Entity Component System: Component

2017-03-18

The second pillar of the ECS model is the Component. A component is some data associated with an Entity.

Coming to a precise definition of component is not easy. ECS literature does not clearly define a single component and public ECS examples differ greatly in their interpretation. We must start somewhere. What’s the smallest useful component?

Before we further define what a component is let’s define what a component isn’t. A component is not a resource or an asset such as a texture, mp3 track, collision model, or shader. These are examples of shared resources; components have exclusive ownership bound to an entity. These resources are also often tied to external libraries which will not conform to our ECS requirements. Our texture could be a Vulkan image, our music track could be stored in a WWise bank, and our collision model could be a Havok shape.

A component can reference a resource.

In fact a component with no state, empty, zero bytes, could by itself be useful. Its mere existence can signal some trait or behavior to a system. An empty component cannot be useful unless we can distinguish what type of component it is. The ability to query particular entity to see if it has a component of a certain type would allow this behavior. This feature also necessitates there be a relationship between an entity and a component. This leads to our first conjecture in component design.

A component must bind to an entity and be distinguishable by type

Since every component, including one with no other state, needs this information it is possible to lift this functionality out of the component. That is to say we can manage entity component relationships at a higher level than individual component types.

One step above an empty component is a component with a single piece of state. Take for example a component that stores the ‘x’ component of the position of an entity. Unless you are making a 1d game it is unlikely that any entity with an ‘x’ component would not also have at least a ‘y’ and likely ‘z’ component as well.

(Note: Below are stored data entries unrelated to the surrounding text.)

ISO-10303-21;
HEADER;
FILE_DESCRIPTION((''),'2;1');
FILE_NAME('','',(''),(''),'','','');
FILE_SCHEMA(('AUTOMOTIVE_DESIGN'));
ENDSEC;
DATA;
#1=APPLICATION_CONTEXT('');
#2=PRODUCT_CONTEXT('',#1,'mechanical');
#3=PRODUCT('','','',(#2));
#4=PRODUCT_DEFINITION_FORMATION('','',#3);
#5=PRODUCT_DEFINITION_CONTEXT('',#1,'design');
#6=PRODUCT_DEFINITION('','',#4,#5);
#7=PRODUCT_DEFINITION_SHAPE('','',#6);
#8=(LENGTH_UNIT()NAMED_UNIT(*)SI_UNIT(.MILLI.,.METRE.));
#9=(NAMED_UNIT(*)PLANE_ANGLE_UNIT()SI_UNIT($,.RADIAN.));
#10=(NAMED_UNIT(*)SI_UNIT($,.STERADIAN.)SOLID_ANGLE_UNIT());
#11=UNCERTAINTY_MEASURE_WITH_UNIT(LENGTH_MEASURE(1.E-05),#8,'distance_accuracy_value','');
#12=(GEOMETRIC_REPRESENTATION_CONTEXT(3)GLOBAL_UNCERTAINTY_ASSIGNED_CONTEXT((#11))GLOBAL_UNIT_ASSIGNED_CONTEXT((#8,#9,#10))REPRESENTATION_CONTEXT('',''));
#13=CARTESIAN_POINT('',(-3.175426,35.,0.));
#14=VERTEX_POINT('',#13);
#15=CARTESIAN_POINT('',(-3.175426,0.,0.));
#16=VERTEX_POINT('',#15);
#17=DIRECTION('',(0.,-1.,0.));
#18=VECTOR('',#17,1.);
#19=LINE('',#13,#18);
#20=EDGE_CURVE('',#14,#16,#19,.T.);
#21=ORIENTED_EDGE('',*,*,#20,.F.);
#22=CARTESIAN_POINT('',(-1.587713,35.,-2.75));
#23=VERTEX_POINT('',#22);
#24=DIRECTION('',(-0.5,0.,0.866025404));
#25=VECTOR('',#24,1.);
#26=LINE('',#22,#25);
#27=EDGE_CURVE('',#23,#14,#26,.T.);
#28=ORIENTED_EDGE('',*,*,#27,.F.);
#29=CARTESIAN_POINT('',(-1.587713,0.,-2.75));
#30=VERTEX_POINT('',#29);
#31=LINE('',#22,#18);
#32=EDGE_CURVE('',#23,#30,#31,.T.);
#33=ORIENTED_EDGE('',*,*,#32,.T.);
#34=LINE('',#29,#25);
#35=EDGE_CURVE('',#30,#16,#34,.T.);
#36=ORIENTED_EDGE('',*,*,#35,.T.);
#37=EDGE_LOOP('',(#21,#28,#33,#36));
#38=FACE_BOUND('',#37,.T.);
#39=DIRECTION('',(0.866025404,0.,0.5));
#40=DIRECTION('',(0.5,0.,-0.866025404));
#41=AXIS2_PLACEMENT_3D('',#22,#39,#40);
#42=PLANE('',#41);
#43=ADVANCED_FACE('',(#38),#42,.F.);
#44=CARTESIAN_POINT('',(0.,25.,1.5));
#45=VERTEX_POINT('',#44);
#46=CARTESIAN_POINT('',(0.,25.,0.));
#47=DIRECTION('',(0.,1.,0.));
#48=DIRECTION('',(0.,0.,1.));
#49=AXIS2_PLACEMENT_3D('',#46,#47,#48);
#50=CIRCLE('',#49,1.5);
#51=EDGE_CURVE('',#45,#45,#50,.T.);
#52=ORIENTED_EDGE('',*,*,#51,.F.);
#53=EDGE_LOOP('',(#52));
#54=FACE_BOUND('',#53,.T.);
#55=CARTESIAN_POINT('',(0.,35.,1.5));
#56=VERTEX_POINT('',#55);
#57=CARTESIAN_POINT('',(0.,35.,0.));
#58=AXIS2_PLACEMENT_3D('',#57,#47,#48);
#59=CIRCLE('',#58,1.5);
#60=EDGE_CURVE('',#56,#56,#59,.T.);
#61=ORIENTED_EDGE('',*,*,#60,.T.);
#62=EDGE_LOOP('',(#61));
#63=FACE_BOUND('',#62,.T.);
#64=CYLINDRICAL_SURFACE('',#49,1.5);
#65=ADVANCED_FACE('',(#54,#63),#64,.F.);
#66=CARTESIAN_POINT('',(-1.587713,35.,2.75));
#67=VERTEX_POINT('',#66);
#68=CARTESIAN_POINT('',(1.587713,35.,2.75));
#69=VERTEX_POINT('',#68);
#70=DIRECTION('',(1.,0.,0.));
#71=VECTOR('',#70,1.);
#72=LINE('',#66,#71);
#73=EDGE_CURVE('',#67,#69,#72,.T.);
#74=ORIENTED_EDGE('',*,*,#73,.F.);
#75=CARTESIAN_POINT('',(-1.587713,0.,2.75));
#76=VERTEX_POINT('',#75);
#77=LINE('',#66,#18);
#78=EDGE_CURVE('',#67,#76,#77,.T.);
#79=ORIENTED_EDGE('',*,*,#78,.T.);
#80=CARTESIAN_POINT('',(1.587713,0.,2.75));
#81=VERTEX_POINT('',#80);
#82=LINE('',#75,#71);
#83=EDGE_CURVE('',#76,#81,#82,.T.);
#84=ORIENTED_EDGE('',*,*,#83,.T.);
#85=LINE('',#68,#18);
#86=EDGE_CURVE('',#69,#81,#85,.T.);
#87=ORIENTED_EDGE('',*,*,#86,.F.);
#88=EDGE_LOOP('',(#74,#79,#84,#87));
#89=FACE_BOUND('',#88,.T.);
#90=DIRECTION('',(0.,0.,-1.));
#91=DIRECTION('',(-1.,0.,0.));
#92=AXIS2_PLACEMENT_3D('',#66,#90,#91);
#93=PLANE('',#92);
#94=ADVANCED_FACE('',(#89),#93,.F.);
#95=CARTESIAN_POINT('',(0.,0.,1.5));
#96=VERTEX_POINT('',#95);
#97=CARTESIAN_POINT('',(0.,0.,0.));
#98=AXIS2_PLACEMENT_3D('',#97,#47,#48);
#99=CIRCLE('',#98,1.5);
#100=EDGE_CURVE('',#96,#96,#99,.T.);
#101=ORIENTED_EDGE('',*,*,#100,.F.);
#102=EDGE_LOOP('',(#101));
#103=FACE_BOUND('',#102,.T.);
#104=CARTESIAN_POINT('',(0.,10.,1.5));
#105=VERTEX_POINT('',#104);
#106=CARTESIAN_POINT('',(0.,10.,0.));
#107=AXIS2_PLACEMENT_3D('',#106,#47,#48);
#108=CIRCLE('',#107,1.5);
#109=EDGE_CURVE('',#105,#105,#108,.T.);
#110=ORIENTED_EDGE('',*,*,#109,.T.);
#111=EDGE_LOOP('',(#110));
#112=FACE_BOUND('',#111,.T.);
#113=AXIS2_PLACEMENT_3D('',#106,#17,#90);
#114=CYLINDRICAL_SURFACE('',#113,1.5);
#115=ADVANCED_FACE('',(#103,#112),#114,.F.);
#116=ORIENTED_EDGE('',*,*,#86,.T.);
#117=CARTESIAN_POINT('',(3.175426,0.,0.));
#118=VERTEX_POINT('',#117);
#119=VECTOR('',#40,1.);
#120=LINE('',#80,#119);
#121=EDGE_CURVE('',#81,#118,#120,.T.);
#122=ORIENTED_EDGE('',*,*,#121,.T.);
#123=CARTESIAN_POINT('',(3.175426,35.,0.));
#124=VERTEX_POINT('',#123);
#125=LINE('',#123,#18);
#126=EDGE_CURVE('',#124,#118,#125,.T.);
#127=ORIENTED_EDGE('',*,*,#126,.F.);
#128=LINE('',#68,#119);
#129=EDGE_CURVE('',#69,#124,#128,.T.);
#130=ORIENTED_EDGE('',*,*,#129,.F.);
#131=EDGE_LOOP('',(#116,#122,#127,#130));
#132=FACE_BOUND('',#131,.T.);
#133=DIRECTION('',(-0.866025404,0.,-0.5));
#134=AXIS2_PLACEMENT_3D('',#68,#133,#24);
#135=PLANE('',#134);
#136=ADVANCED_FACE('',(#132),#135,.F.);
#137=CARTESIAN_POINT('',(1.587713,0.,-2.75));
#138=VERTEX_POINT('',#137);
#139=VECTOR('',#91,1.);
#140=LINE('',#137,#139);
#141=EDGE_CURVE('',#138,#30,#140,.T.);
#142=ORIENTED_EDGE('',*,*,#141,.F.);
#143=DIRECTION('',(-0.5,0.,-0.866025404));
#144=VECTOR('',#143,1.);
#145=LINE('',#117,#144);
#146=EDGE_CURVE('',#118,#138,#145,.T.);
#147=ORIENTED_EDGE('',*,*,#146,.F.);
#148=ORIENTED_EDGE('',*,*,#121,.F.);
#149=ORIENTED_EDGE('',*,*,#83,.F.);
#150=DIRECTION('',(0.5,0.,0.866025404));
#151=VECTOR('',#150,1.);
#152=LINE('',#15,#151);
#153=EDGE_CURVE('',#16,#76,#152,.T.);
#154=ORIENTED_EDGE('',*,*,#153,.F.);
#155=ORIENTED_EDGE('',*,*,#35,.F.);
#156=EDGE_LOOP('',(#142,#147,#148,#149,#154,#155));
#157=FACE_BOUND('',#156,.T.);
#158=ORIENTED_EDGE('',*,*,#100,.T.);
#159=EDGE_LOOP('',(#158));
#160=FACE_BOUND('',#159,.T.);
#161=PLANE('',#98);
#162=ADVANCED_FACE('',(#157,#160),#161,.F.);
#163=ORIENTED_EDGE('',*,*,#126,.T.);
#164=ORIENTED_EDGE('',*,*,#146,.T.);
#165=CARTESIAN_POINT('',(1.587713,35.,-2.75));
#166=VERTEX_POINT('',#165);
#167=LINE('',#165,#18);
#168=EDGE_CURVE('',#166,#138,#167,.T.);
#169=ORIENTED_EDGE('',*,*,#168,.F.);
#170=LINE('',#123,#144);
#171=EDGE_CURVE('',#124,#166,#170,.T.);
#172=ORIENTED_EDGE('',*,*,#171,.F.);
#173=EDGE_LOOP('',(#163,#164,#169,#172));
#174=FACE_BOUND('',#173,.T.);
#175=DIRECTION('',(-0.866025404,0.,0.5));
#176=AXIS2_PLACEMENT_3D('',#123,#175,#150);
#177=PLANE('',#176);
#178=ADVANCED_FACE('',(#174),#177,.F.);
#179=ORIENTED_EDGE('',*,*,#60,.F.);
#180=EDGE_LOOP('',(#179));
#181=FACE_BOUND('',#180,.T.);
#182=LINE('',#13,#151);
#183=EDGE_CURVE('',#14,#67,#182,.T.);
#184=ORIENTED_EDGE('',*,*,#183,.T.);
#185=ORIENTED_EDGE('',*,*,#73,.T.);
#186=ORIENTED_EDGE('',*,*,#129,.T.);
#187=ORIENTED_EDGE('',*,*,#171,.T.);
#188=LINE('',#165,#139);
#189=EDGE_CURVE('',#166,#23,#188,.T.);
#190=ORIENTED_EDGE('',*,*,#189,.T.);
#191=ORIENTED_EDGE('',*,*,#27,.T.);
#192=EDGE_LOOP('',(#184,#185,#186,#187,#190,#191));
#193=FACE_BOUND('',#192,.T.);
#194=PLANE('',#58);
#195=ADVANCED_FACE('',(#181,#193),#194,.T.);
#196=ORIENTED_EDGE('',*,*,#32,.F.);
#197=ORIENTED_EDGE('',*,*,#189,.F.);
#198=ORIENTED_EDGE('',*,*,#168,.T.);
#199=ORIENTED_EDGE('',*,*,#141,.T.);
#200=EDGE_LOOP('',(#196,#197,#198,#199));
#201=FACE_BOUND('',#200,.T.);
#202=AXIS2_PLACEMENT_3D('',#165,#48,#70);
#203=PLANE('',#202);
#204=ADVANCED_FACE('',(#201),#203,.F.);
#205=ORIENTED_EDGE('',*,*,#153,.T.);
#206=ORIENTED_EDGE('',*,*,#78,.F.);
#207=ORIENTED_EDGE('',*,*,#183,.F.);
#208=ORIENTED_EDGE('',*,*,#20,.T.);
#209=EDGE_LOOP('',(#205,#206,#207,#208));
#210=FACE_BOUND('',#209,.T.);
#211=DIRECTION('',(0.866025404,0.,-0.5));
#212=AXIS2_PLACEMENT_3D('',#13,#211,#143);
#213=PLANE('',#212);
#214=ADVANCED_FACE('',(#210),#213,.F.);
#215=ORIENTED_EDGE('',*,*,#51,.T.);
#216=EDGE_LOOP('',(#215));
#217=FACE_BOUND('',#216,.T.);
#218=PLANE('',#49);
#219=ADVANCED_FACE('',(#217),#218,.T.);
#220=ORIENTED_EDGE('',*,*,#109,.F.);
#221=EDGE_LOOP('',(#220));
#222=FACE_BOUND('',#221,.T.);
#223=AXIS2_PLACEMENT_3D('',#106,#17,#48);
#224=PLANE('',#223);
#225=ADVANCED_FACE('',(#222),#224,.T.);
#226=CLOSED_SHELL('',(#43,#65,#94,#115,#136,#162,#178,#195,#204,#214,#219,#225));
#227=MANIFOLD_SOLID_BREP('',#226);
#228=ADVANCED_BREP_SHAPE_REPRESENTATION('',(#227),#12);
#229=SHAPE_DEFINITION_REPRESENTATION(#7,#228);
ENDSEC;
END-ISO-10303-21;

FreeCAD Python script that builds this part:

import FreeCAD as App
import Part
import Sketcher
Q = App.Units.Quantity

doc = App.newDocument("Part")
params = doc.addObject("Spreadsheet::Sheet", "Params")
for row, (alias, value) in enumerate([
    ("pad1_length", "35 mm"),
    ("sketch2_diameter", "3 mm"),
    ("pocket1_length", "10 mm"),
], start=1):
    params.set(f"A{row}", alias)
    params.set(f"B{row}", "=" + value)
    params.setAlias(f"B{row}", alias)

body = doc.addObject("PartDesign::Body", "Body")

sketch1 = body.newObject("Sketcher::SketchObject", "Sketch")
sketch1.AttachmentSupport = (doc.getObject("XZ_Plane"), [""])
sketch1.MapMode = "FlatFace"
sketch1.addGeometry([
    Part.LineSegment(App.Vector(3.175426, 0, 0), App.Vector(1.587713, -2.75, 0)),
    Part.LineSegment(App.Vector(1.587713, -2.75, 0), App.Vector(-1.587713, -2.75, 0)),
    Part.LineSegment(App.Vector(-1.587713, -2.75, 0), App.Vector(-3.175426, 0, 0)),
    Part.LineSegment(App.Vector(-3.175426, 0, 0), App.Vector(-1.587713, 2.75, 0)),
    Part.LineSegment(App.Vector(-1.587713, 2.75, 0), App.Vector(1.587713, 2.75, 0)),
    Part.LineSegment(App.Vector(1.587713, 2.75, 0), App.Vector(3.175426, 0, 0)),
], False)
sketch1.addConstraint([
    Sketcher.Constraint("Coincident", 0, 2, 1, 1),
    Sketcher.Constraint("Coincident", 1, 2, 2, 1),
    Sketcher.Constraint("Coincident", 2, 2, 3, 1),
    Sketcher.Constraint("Coincident", 3, 2, 4, 1),
    Sketcher.Constraint("Coincident", 4, 2, 5, 1),
    Sketcher.Constraint("Coincident", 5, 2, 0, 1),
    Sketcher.Constraint("Horizontal", 1),
    Sketcher.Constraint("Horizontal", 4),
    Sketcher.Constraint("Symmetric", 0, 2, 3, 2, -1, 1),
    Sketcher.Constraint("Symmetric", 2, 2, 5, 2, -1, 1),
    Sketcher.Constraint("PointOnObject", 2, 2, -1),
    Sketcher.Constraint("Parallel", 2, 5),
    Sketcher.Constraint("Vertical", 1, 2, 3, 2),
    Sketcher.Constraint("Angle", 0, Q("-120 deg")),
    Sketcher.Constraint("DistanceY", 1, 2, 3, 2, Q("5.5 mm")),
    Sketcher.Constraint("DistanceX", 1, 2, 1, 1, Q("3.175426 mm")),
])
pad1 = body.newObject("PartDesign::Pad", "Pad")
pad1.Profile = sketch1
pad1.setExpression("Length", "Params.pad1_length")
pad1.Reversed = True

sketch2 = body.newObject("Sketcher::SketchObject", "Sketch001")
sketch2.AttachmentSupport = (doc.getObject("XZ_Plane"), [""])
sketch2.MapMode = "FlatFace"
sketch2.AttachmentOffset = App.Placement(App.Vector(0, 0, -35), App.Rotation())
sketch2.addGeometry(Part.Circle(App.Vector(0, 0, 0), App.Vector(0, 0, 1), 1.5), False)
sketch2.addConstraint([
    Sketcher.Constraint("Coincident", 0, 3, -1, 1),
    Sketcher.Constraint("Diameter", 0, Q("3 mm")),
])
sketch2.setExpression("Constraints[1]", "Params.sketch2_diameter")
pocket1 = body.newObject("PartDesign::Pocket", "Pocket")
pocket1.Profile = sketch2
pocket1.setExpression("Length", "Params.pocket1_length")
pocket1.Reversed = True
doc.recompute()

datumplane = body.newObject("PartDesign::Plane", "DatumPlane")
datumplane.AttachmentSupport = (doc.getObject("XZ_Plane"), [""])
datumplane.MapMode = "FlatFace"
datumplane.AttachmentOffset = App.Placement(App.Vector(0, 0, -17.5), App.Rotation())
mirrored = body.newObject("PartDesign::Mirrored", "Mirrored")
mirrored.Originals = [pocket1]
mirrored.MirrorPlane = (datumplane, [""])
body.Tip = mirrored

doc.recompute()
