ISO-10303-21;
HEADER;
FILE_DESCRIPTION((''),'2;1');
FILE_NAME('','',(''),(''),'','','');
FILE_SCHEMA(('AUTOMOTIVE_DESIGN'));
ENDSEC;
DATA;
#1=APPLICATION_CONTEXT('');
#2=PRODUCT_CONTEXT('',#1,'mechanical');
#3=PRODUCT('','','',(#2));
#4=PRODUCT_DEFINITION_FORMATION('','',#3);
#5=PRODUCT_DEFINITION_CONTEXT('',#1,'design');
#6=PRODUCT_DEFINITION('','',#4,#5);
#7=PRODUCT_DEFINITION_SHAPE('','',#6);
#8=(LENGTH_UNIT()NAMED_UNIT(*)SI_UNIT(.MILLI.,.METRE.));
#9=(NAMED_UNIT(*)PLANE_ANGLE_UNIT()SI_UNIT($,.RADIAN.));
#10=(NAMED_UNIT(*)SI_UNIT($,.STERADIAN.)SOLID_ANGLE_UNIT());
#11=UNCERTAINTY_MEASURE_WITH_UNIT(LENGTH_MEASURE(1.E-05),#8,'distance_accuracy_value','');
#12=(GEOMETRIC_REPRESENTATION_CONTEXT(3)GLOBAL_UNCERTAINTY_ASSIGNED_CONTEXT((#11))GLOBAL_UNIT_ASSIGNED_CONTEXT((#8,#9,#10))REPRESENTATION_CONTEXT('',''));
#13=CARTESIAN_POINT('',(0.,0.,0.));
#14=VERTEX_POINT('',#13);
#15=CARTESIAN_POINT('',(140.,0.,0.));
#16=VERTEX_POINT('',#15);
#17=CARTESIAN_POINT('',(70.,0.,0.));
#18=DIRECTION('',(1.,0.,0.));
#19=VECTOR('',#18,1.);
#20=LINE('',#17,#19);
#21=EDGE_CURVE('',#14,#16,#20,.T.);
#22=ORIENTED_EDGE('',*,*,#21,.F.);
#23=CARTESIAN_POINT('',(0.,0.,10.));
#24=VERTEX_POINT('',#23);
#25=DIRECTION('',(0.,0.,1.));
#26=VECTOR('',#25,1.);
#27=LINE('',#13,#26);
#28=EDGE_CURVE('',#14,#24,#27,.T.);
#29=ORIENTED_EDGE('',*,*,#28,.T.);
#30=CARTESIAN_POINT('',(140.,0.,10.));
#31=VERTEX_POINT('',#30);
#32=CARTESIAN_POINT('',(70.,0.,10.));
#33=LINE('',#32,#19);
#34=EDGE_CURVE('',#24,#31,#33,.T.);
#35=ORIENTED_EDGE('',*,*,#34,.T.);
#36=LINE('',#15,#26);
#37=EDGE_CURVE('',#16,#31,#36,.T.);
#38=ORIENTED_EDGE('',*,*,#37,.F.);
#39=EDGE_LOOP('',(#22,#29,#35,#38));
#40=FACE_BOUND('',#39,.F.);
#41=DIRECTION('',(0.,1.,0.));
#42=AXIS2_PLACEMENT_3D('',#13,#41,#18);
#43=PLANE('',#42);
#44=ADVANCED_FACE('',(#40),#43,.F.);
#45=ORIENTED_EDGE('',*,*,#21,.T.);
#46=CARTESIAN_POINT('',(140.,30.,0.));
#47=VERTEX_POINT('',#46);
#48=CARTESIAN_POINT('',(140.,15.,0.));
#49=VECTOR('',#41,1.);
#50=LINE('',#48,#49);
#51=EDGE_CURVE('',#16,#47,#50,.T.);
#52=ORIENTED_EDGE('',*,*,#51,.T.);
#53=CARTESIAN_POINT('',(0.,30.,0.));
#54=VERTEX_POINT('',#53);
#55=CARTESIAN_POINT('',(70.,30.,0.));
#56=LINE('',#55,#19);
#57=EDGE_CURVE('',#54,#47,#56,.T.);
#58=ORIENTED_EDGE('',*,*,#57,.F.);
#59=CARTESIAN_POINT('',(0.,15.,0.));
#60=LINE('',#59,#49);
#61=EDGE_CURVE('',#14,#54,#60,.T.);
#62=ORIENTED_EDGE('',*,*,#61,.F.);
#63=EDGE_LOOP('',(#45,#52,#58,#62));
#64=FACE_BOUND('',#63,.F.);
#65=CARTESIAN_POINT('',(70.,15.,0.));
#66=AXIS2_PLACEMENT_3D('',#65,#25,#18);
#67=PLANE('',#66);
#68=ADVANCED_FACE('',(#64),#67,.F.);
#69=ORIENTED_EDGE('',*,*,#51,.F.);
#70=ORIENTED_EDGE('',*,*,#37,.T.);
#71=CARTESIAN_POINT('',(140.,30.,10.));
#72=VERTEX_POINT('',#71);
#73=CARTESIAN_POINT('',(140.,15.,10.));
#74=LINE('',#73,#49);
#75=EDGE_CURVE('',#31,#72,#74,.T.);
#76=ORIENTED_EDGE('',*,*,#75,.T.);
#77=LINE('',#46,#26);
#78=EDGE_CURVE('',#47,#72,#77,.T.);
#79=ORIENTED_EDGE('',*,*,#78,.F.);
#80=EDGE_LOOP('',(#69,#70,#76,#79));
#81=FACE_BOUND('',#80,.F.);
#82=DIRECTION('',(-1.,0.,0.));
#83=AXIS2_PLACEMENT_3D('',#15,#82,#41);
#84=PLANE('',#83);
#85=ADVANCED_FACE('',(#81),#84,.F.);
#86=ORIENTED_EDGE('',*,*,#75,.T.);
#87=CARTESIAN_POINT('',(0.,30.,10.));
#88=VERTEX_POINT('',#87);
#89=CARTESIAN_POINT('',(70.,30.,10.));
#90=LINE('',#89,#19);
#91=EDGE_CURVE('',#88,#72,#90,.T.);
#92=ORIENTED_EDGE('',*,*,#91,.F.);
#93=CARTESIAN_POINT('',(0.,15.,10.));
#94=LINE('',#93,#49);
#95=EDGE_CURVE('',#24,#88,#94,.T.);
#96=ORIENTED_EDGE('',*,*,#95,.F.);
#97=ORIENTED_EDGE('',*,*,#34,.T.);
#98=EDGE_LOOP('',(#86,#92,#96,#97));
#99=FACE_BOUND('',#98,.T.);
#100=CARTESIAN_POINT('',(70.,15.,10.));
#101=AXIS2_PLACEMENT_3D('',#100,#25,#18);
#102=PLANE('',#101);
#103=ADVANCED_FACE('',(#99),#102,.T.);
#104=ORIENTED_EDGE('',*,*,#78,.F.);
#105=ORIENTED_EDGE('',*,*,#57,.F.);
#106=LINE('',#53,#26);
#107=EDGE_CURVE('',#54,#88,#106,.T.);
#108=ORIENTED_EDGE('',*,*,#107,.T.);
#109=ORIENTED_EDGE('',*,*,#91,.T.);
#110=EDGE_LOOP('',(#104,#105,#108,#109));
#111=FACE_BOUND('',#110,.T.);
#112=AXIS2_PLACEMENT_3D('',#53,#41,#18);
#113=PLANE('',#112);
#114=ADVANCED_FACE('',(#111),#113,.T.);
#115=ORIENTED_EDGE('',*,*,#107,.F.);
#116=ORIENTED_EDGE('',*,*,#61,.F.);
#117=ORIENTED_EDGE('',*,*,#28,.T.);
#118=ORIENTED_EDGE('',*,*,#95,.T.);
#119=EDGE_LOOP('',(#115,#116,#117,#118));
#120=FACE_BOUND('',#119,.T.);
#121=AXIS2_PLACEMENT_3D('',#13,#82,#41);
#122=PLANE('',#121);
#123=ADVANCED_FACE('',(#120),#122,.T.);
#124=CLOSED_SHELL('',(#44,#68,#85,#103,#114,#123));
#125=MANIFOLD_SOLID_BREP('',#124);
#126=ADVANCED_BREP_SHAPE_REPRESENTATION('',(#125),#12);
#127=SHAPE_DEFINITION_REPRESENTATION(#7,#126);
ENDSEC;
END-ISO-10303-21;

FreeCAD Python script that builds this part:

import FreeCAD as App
import Part
import Sketcher


def add_polygon(sketch, points):
    """Adds a closed chain of lines whose ends are joined by coincident constraints."""
    first, n = sketch.GeometryCount, len(points)
    for a, b in zip(points, points[1:] + points[:1]):
        sketch.addGeometry(Part.LineSegment(App.Vector(*a, 0), App.Vector(*b, 0)), False)
    for i in range(n):
        sketch.addConstraint(Sketcher.Constraint("Coincident", first + i, 2, first + (i + 1) % n, 1))

doc = App.newDocument("Part")
params = doc.addObject("Spreadsheet::Sheet", "Params")
for row, (alias, value) in enumerate([
    ("sketch1_width", "140 mm"),
    ("sketch1_height", "30 mm"),
    ("pad1_length", "10 mm"),
], start=1):
    params.set(f"A{row}", alias)
    params.set(f"B{row}", "=" + value)
    params.setAlias(f"B{row}", alias)

body = doc.addObject("PartDesign::Body", "Body")

sketch1 = body.newObject("Sketcher::SketchObject", "Sketch")
sketch1.AttachmentSupport = (doc.getObject("XY_Plane"), [""])
sketch1.MapMode = "FlatFace"
add_polygon(sketch1, [(0, 30), (0, 0), (140, 0), (140, 30)])
sketch1.addConstraint([
    Sketcher.Constraint("Vertical", 0),
    Sketcher.Constraint("Horizontal", 1),
    Sketcher.Constraint("Vertical", 2),
    Sketcher.Constraint("Horizontal", 3),
    Sketcher.Constraint("Coincident", 0, 2, -1, 1),
    Sketcher.Constraint("DistanceX", 1, 1, 1, 2, 140.0),
    Sketcher.Constraint("DistanceY", 0, 2, 0, 1, 30.0),
])
sketch1.setExpression("Constraints[9]", "Params.sketch1_width")
sketch1.setExpression("Constraints[10]", "Params.sketch1_height")
pad1 = body.newObject("PartDesign::Pad", "Pad")
pad1.Profile = sketch1
pad1.setExpression("Length", "Params.pad1_length")

doc.recompute()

There is some baseline overhead in creating managing and accessing components as shown above. Since these components will always exist together we can reduce that overhead by combining them into a single component. In fact this makes for our second conjecture in component design.

Consolidate mutually required fields in a single component.

There is however a potential benefit to storing ‘x’ by itself that should not be overlooked. If ‘x’ components are stored in contiguous memory we can use SIMD operations to churn through 4 components at a time for certain operations. A particle system is a great example of this being useful in practice. There are other examples where padding the position with a 4th component making a homogeneous would be beneficial in allowing all components of a position to be processed with a single SIMD operation. And counterexamples where storing just the 3 xyz components contiguously will give the best cache utilization. There is no representation that is clearly best in all times and all places.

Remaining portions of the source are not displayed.